## What is needed
Provide again, from the entries below, every line from the one containing "#80=ADVANCED_FACE('',(#77),#79,.T.);" through the one containing "#105=DIRECTION('',(0.,-1.,0.));", exactly as written, and no other line.

## Data
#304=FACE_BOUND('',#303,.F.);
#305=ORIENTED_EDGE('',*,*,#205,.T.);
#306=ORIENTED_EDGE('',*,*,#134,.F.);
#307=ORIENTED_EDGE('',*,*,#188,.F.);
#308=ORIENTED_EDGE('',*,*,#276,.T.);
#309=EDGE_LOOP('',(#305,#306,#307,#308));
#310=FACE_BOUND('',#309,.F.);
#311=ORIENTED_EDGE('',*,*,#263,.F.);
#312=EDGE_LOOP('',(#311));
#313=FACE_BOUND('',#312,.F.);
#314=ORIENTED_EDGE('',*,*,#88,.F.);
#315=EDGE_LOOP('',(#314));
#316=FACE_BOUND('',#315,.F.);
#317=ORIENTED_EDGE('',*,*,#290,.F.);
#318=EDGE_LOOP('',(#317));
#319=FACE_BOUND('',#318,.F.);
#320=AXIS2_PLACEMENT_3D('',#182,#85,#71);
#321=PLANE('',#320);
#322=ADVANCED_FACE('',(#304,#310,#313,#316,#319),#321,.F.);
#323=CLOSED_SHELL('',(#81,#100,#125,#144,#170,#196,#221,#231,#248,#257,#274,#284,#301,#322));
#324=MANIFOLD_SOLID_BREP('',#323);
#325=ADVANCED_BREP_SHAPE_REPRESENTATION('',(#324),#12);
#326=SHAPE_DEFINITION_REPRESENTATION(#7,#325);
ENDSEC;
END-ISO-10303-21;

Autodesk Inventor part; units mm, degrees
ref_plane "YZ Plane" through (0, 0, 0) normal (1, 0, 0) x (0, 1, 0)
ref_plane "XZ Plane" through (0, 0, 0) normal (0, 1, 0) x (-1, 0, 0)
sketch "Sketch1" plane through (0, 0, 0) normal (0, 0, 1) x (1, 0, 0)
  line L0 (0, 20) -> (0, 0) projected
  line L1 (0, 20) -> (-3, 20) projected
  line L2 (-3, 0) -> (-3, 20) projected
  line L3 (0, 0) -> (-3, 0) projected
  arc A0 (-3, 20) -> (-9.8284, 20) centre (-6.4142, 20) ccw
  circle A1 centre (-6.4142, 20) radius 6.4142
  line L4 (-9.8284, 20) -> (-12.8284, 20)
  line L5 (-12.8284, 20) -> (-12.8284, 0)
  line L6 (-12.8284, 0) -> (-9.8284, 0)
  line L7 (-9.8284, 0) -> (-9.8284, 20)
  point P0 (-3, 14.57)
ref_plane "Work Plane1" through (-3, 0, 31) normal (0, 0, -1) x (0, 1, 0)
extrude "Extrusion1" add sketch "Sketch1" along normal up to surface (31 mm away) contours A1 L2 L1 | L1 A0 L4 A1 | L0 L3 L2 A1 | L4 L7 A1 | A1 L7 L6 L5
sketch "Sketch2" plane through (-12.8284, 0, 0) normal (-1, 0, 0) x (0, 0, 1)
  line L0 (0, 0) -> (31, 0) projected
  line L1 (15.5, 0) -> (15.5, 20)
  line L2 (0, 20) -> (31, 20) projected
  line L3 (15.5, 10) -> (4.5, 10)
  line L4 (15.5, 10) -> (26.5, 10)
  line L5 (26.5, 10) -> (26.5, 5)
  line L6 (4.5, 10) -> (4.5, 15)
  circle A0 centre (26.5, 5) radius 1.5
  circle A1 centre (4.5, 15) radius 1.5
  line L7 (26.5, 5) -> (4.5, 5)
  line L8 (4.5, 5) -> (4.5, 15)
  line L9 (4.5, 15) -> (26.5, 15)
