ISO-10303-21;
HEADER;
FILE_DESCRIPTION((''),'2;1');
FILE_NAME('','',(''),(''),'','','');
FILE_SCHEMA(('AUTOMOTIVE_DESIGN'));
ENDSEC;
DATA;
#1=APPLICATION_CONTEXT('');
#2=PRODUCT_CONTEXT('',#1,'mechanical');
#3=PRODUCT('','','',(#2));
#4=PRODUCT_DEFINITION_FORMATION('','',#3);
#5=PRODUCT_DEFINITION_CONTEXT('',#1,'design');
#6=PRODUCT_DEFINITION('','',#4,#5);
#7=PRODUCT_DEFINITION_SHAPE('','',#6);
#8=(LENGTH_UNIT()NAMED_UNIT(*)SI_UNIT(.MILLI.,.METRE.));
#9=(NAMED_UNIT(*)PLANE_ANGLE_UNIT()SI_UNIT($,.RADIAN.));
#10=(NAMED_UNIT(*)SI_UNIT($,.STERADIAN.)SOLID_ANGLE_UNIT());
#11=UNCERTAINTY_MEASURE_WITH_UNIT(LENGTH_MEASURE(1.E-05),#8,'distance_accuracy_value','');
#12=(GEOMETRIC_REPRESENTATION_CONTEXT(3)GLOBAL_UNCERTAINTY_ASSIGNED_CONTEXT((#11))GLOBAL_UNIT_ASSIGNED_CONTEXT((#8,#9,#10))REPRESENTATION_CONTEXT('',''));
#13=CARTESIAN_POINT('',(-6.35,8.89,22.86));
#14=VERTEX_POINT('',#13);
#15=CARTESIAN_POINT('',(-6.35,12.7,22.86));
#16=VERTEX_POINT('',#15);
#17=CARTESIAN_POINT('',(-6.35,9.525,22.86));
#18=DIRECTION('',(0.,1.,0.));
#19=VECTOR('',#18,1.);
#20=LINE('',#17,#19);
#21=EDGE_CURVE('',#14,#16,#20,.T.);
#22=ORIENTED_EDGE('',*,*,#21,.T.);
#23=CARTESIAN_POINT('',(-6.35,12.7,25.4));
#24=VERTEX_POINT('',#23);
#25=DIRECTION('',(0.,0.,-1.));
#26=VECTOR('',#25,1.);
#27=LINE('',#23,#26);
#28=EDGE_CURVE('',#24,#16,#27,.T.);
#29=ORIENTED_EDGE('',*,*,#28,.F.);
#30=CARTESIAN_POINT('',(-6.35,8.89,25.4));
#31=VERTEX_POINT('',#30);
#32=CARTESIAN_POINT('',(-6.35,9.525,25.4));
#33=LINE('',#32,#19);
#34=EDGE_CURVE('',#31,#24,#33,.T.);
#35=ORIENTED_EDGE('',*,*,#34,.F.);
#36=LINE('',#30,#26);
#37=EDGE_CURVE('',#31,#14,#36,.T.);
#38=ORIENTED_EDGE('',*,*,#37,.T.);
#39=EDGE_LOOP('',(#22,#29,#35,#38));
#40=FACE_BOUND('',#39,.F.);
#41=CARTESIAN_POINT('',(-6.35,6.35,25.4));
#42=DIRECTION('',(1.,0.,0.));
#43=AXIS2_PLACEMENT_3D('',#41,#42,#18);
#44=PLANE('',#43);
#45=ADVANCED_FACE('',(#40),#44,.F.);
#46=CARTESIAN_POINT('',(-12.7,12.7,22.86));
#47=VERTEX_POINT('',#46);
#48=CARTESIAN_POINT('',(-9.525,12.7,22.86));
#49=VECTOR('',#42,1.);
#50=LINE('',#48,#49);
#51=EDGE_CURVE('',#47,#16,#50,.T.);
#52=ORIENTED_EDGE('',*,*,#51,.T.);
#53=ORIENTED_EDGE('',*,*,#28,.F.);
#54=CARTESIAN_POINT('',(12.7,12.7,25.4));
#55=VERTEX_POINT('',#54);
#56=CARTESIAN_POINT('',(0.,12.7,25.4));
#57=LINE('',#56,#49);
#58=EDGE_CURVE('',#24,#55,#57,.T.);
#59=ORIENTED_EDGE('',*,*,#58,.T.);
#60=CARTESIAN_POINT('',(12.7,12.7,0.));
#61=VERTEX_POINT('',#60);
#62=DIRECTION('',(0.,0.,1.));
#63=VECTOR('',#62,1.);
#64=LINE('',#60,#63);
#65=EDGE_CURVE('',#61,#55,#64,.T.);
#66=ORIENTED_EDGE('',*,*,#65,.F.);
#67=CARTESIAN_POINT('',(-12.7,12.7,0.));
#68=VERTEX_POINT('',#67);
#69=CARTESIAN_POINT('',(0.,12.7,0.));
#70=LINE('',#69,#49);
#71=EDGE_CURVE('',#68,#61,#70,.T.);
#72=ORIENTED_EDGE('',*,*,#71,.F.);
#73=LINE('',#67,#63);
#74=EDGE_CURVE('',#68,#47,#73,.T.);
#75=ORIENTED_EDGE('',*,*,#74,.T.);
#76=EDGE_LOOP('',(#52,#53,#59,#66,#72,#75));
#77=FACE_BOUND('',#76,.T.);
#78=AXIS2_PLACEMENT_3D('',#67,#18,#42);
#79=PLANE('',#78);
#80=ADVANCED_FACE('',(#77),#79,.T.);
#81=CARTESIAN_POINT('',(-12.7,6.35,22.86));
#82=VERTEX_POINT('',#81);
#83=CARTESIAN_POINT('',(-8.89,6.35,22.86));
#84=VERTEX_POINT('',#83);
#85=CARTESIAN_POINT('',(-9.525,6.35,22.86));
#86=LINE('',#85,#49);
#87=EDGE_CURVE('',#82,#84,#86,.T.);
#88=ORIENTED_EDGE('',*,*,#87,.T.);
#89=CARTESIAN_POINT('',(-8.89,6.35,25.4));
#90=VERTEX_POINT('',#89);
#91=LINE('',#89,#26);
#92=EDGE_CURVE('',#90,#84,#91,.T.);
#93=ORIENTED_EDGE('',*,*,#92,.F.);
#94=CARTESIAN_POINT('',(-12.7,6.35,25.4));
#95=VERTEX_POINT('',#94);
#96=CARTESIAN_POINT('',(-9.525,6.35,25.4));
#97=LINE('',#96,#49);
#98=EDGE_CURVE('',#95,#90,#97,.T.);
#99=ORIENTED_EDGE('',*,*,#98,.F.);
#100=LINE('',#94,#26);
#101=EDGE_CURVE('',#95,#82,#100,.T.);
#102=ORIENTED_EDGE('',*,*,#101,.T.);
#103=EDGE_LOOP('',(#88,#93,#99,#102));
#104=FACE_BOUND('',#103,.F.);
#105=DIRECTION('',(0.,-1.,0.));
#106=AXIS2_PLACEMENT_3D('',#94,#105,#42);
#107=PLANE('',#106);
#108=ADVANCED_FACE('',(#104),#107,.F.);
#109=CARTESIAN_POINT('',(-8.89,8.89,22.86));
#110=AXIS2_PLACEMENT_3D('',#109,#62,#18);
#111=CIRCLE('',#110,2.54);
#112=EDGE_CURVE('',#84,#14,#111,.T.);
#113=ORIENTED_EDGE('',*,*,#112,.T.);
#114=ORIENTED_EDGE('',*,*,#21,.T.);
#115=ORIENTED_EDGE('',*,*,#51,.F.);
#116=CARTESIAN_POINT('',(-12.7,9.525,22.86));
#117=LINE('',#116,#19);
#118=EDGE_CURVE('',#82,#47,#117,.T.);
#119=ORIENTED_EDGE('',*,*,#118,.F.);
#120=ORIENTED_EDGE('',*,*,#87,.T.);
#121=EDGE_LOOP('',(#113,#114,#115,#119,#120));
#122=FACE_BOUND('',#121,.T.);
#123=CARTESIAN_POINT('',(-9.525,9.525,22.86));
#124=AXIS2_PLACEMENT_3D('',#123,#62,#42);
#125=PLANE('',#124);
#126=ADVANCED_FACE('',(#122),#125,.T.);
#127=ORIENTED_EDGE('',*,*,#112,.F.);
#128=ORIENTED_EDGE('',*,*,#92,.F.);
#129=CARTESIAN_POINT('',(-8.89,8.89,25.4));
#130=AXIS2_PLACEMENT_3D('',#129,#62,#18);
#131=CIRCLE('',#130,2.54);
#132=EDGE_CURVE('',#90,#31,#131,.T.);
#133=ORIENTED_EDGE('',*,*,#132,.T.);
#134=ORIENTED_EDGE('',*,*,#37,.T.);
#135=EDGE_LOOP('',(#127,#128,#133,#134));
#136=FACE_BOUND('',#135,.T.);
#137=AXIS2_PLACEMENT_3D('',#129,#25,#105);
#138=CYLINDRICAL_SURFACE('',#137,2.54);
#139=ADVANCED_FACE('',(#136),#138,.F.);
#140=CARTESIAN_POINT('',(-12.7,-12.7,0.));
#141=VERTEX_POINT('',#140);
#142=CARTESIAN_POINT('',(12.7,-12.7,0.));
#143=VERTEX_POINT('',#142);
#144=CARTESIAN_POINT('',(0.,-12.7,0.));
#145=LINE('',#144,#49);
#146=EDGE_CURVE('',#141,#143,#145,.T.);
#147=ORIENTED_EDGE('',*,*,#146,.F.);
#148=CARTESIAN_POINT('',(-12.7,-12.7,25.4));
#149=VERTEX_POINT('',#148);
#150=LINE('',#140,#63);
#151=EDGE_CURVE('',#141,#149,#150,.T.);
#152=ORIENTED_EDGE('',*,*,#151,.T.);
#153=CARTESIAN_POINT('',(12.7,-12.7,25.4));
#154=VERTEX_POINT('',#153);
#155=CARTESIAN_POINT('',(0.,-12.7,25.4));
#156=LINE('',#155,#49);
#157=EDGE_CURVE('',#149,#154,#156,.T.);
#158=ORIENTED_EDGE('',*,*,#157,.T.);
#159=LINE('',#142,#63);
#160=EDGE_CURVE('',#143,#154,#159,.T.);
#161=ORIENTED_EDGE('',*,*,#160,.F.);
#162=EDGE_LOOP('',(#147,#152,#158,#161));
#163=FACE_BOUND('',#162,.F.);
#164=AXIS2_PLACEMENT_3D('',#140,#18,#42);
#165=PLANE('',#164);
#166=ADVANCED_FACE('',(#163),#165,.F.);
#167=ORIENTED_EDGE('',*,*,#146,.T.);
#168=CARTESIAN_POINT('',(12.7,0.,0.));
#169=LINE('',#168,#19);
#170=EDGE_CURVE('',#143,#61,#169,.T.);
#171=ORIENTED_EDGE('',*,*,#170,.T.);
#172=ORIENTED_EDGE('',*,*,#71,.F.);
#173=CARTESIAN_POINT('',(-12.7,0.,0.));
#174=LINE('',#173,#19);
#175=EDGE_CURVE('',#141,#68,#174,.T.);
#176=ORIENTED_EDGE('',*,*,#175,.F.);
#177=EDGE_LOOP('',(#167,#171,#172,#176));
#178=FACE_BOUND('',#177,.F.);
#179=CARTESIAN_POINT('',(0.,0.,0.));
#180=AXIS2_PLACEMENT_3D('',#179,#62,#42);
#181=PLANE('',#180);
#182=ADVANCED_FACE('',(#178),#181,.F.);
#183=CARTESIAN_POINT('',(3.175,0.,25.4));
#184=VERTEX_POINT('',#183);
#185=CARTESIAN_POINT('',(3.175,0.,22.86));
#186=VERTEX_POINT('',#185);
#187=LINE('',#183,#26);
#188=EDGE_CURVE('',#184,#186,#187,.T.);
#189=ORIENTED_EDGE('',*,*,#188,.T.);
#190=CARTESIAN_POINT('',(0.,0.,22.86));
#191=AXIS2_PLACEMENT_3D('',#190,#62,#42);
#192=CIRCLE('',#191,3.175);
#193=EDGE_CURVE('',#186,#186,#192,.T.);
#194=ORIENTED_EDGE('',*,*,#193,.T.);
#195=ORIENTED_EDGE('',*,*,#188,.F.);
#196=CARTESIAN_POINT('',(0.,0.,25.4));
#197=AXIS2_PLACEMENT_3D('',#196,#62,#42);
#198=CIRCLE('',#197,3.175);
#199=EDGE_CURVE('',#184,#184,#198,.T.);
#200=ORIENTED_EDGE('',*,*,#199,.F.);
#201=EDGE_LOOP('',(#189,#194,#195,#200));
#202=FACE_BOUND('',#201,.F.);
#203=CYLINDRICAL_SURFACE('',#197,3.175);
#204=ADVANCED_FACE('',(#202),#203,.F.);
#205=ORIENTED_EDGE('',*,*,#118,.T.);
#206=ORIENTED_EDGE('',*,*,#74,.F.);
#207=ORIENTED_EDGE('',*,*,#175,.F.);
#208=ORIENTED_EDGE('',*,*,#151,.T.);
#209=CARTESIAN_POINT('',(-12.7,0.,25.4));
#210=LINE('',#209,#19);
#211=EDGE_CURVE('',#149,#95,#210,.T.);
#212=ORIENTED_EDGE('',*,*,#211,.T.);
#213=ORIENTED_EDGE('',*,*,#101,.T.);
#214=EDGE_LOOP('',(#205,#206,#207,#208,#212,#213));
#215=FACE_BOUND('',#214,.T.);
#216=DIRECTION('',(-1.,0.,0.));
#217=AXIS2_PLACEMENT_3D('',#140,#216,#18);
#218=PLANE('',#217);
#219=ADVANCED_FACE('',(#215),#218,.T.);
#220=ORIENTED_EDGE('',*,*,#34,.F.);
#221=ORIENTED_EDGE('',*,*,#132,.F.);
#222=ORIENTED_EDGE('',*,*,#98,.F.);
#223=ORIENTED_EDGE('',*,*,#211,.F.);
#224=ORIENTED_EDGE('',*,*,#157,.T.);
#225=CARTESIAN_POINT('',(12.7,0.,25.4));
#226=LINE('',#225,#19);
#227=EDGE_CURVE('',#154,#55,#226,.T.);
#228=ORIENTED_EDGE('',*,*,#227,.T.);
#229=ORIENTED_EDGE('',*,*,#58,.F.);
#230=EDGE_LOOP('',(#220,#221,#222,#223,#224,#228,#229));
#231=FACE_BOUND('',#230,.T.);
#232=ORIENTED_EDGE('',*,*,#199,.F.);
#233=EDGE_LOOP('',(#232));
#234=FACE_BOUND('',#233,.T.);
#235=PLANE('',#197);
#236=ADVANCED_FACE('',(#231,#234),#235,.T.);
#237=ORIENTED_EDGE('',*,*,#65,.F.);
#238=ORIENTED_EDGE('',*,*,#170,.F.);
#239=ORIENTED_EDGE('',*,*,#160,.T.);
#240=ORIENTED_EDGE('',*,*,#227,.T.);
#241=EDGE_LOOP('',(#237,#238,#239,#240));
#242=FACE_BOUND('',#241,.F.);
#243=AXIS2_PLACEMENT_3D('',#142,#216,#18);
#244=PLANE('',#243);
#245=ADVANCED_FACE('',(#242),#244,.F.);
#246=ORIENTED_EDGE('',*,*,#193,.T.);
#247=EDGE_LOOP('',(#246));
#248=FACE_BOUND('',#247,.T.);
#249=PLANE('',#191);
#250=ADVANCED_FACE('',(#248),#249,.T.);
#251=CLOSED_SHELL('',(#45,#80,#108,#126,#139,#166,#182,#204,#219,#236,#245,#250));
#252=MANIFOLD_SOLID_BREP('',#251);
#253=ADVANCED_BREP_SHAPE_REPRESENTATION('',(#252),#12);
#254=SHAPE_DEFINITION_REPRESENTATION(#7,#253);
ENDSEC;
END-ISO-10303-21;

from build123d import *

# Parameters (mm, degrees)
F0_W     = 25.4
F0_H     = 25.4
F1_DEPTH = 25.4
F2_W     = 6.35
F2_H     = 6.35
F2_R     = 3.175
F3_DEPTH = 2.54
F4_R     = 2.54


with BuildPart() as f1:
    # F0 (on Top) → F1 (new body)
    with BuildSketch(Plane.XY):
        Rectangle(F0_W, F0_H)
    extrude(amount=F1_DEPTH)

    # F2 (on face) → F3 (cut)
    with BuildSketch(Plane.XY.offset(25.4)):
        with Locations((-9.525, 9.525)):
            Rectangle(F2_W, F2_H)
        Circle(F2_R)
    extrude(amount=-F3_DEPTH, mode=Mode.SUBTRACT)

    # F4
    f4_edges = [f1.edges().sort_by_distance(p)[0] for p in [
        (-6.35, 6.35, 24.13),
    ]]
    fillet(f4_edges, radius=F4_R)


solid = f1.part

## Answer to the exercise
#80=ADVANCED_FACE('',(#77),#79,.T.);
#81=CARTESIAN_POINT('',(-12.7,6.35,22.86));
#82=VERTEX_POINT('',#81);
#83=CARTESIAN_POINT('',(-8.89,6.35,22.86));
#84=VERTEX_POINT('',#83);
#85=CARTESIAN_POINT('',(-9.525,6.35,22.86));
#86=LINE('',#85,#49);
#87=EDGE_CURVE('',#82,#84,#86,.T.);
#88=ORIENTED_EDGE('',*,*,#87,.T.);
#89=CARTESIAN_POINT('',(-8.89,6.35,25.4));
#90=VERTEX_POINT('',#89);
#91=LINE('',#89,#26);
#92=EDGE_CURVE('',#90,#84,#91,.T.);
#93=ORIENTED_EDGE('',*,*,#92,.F.);
#94=CARTESIAN_POINT('',(-12.7,6.35,25.4));
#95=VERTEX_POINT('',#94);
#96=CARTESIAN_POINT('',(-9.525,6.35,25.4));
#97=LINE('',#96,#49);
#98=EDGE_CURVE('',#95,#90,#97,.T.);
#99=ORIENTED_EDGE('',*,*,#98,.F.);
#100=LINE('',#94,#26);
#101=EDGE_CURVE('',#95,#82,#100,.T.);
#102=ORIENTED_EDGE('',*,*,#101,.T.);
#103=EDGE_LOOP('',(#88,#93,#99,#102));
#104=FACE_BOUND('',#103,.F.);
#105=DIRECTION('',(0.,-1.,0.));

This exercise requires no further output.